Limited job markets…
Not all regions surrounding bases have bustling, diverse job markets. Some bases are very remote. Some may be surrounded by an economically depressed area. Some will be heavily centered around specific industries. Finding work while stationed overseas can be extremely difficult, between the host country’s laws and restrictions, and the limited on-base civilian job market. Geography doesn’t always have to dictate military spouse’s career paths.
Finding mobile careers seems like a dream to many, but those dreams could become reality.
Working to pay childcare costs…
Working can be counterproductive, if the pay isn’t great and requires the need for childcare. The average full-time child-care program in the U.S. is $16,000. The annual earnings for full-time federal minimum-wage workers is $15,080—and that isn’t the take-home amount.
As mentioned, most jobs advertised to military spouses are geared towards low skill, hourly-waged jobs—equaling low pay. Hourly-wage jobs, especially the in the retail and food service industries pose problems for military families working inconsistent hours. Most military families don’t have the luxury of being stationed minutes from family, who can often step in to assist. Some struggling military families are forced to forego spousal employment after weighing income vs. childcare costs.

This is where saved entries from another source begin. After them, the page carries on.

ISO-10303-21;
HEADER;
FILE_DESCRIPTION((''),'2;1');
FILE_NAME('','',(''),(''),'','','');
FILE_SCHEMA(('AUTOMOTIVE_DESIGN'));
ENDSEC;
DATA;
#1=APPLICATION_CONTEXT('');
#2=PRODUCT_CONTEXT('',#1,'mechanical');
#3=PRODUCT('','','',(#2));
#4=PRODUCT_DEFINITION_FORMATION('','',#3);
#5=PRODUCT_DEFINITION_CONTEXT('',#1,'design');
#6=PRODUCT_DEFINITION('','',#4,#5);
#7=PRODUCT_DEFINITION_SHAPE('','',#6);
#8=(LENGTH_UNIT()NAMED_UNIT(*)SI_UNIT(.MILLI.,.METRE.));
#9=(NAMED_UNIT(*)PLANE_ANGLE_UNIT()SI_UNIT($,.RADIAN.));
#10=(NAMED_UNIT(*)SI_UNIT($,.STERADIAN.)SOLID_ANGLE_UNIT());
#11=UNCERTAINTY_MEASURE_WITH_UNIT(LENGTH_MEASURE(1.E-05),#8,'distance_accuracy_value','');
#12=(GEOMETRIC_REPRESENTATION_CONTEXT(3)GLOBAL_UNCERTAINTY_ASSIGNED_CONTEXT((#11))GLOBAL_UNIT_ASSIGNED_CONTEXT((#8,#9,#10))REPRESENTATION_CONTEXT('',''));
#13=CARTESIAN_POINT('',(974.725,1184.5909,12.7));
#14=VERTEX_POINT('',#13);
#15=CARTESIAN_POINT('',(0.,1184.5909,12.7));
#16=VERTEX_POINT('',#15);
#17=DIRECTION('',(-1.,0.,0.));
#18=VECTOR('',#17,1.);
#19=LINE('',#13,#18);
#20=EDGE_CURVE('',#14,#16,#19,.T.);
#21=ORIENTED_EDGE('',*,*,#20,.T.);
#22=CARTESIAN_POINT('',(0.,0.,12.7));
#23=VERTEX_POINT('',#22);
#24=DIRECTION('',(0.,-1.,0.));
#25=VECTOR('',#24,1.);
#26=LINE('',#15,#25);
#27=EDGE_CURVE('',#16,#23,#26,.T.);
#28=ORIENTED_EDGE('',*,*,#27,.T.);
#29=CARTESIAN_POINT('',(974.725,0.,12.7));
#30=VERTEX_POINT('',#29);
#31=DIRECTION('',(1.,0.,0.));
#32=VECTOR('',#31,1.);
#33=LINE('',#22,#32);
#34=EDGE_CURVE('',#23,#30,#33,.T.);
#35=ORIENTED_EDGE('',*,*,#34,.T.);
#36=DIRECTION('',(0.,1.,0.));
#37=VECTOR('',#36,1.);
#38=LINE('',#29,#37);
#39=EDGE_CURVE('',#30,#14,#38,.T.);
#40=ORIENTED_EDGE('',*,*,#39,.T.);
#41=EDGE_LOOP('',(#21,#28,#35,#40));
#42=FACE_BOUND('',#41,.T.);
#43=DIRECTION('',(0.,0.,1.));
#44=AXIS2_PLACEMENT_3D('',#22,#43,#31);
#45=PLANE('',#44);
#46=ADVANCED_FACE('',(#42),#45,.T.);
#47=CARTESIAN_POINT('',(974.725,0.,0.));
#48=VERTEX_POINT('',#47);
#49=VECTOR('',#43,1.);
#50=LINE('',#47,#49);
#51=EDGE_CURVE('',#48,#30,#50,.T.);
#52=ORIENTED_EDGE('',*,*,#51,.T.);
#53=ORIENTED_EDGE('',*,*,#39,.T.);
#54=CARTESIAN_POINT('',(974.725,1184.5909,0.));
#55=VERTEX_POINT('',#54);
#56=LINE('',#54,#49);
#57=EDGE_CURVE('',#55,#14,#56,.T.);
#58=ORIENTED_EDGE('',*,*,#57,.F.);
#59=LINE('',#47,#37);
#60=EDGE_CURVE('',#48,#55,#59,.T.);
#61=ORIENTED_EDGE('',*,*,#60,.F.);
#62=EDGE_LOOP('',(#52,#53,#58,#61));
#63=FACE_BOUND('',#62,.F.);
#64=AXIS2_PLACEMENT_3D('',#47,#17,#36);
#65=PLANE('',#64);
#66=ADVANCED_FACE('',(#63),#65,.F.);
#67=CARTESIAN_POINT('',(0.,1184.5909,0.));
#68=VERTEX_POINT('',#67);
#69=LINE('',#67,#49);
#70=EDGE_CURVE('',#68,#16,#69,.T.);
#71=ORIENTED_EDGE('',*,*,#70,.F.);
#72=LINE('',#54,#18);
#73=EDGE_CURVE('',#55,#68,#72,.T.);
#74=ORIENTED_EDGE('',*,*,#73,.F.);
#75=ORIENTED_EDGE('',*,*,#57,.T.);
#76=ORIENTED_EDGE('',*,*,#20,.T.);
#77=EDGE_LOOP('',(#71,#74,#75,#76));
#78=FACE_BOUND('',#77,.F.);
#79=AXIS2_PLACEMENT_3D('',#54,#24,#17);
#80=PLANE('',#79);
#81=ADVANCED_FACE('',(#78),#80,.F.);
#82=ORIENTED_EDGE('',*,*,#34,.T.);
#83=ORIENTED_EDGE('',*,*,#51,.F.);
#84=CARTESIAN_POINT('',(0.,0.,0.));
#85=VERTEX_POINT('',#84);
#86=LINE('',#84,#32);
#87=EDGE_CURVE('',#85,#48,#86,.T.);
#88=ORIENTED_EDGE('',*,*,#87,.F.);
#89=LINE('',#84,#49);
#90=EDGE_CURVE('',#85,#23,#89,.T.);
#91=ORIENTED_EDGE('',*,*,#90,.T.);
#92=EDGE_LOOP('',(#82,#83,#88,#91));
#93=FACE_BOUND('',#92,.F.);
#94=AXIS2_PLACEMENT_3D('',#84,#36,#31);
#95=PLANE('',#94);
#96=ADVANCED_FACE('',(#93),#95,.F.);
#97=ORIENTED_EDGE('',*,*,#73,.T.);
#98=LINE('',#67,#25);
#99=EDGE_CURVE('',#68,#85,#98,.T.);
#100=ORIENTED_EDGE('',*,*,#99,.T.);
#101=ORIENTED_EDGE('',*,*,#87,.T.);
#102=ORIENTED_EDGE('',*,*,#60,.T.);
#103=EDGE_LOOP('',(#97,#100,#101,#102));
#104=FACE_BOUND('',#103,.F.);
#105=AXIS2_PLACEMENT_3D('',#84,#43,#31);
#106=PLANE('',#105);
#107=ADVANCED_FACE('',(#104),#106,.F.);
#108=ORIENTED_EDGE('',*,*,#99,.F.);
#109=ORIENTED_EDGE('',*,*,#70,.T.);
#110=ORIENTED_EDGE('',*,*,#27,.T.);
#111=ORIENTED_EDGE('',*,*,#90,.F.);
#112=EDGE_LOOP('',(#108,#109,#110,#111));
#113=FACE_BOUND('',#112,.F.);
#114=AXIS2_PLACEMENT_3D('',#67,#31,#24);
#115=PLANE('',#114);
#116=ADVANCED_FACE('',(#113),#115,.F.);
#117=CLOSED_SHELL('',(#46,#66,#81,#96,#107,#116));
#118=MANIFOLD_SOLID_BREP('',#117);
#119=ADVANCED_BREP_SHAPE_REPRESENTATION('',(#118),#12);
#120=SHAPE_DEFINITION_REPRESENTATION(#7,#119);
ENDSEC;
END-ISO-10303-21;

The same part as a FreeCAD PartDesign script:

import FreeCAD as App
import Part
import Sketcher
from FreeCAD import Vector
Q = App.Units.Quantity

doc = App.newDocument("Part")
body = doc.addObject("PartDesign::Body", "Body")

# Sketch on XY plane
sketch1 = body.newObject("Sketcher::SketchObject", "Sketch")
sketch1.AttachmentSupport = (doc.getObject("XY_Plane"), [""])
sketch1.MapMode = "FlatFace"
sketch1.addGeometry([
    Part.LineSegment(Vector(0, 1185, 0), Vector(0, 0, 0)),
    Part.LineSegment(Vector(0, 0, 0), Vector(975, 0, 0)),
    Part.LineSegment(Vector(975, 0, 0), Vector(975, 1185, 0)),
    Part.LineSegment(Vector(975, 1185, 0), Vector(0, 1185, 0)),
], False)
sketch1.addConstraint([
    Sketcher.Constraint("Coincident", 0, 2, 1, 1),
    Sketcher.Constraint("Coincident", 1, 2, 2, 1),
    Sketcher.Constraint("Coincident", 2, 2, 3, 1),
    Sketcher.Constraint("Coincident", 3, 2, 0, 1),
    Sketcher.Constraint("Vertical", 0),
    Sketcher.Constraint("Horizontal", 1),
    Sketcher.Constraint("Vertical", 2),
    Sketcher.Constraint("Horizontal", 3),
    Sketcher.Constraint("Coincident", 0, 2, -1, 1),
    Sketcher.Constraint("DistanceX", 1, 1, 1, 2, Q("38.375 in")),
    Sketcher.Constraint("DistanceY", 0, 2, 0, 1, 1184.591),
])
pad1 = body.newObject("PartDesign::Pad", "Pad")
pad1.Profile = sketch1
pad1.Length = Q("0.5 in")

doc.recompute()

The stress and expense of childcare costs may not have to be a major hindrance to finding a job for much longer.
The COVID employment effect…
The pandemic is transforming the traditional eight-to-five office job. The stationary office space is transforming to a modern mobile office. The sharp increase of virtual offices is demonstrating the unnecessary constraints of work needing to be performed in an office space.
A snapshot of teleworking by numbers:
- According to the Bureau of Labor Statistics, only seven percent of workers in the U.S had the benefit of telework prior to the Covid crisis. Since Covid-19, the number skyrocketed to 64%. Many companies have announced extending telework into 2021.
- According to Eagle Hill Consulting, 70% of federal employees who telework say they are more productive and motivated.
- According to Global Workplace Analytics, typical employers can save about $11,000 a year for every employee who works remotely at least part-time. Employees can save between $2,500 and $4,000 a year working remotely.
Seize the opportunity…
From a pragmatic standpoint, COVID-19 is creating great potential for military spouses, and their advocates to encourage employers to institute permanent virtual office positions.
The telecommuting trend has the potential to turn the tides on the high unemployment and underemployment rates of military spouses. Shifting away from fixed offices helps eliminate the negative stigma attached to military spouse employment—frequent moves.
Expanding virtual offices for military spouses could ease several stress factors in maintaining or growing meaningful careers. Some of the benefits of expanding remote work opportunities for military spouses are:
- Makes careers portable.
- Eliminates the financial and emotional costs incurred when job hunting post PCS’ing.
- Provides an additional source of financial stability.
- Alleviates strains on families struggling with inconsistent childcare.
- Allows military spouses to build independent financial security, and build retirement funds.
- When military members are deployed, training, in school or on extended travel assignments; it relieves the stresses related to juggling as a single parent. When parents aren’t forced to endure daily commutes, it eases the time crunch shuttling kids to and from school, and to and from activities.
The benefits are boundless. The global pandemic has presented an opportunity for potential employers to become the benefactors by tapping into the vast talent and experience the military spouse community offers.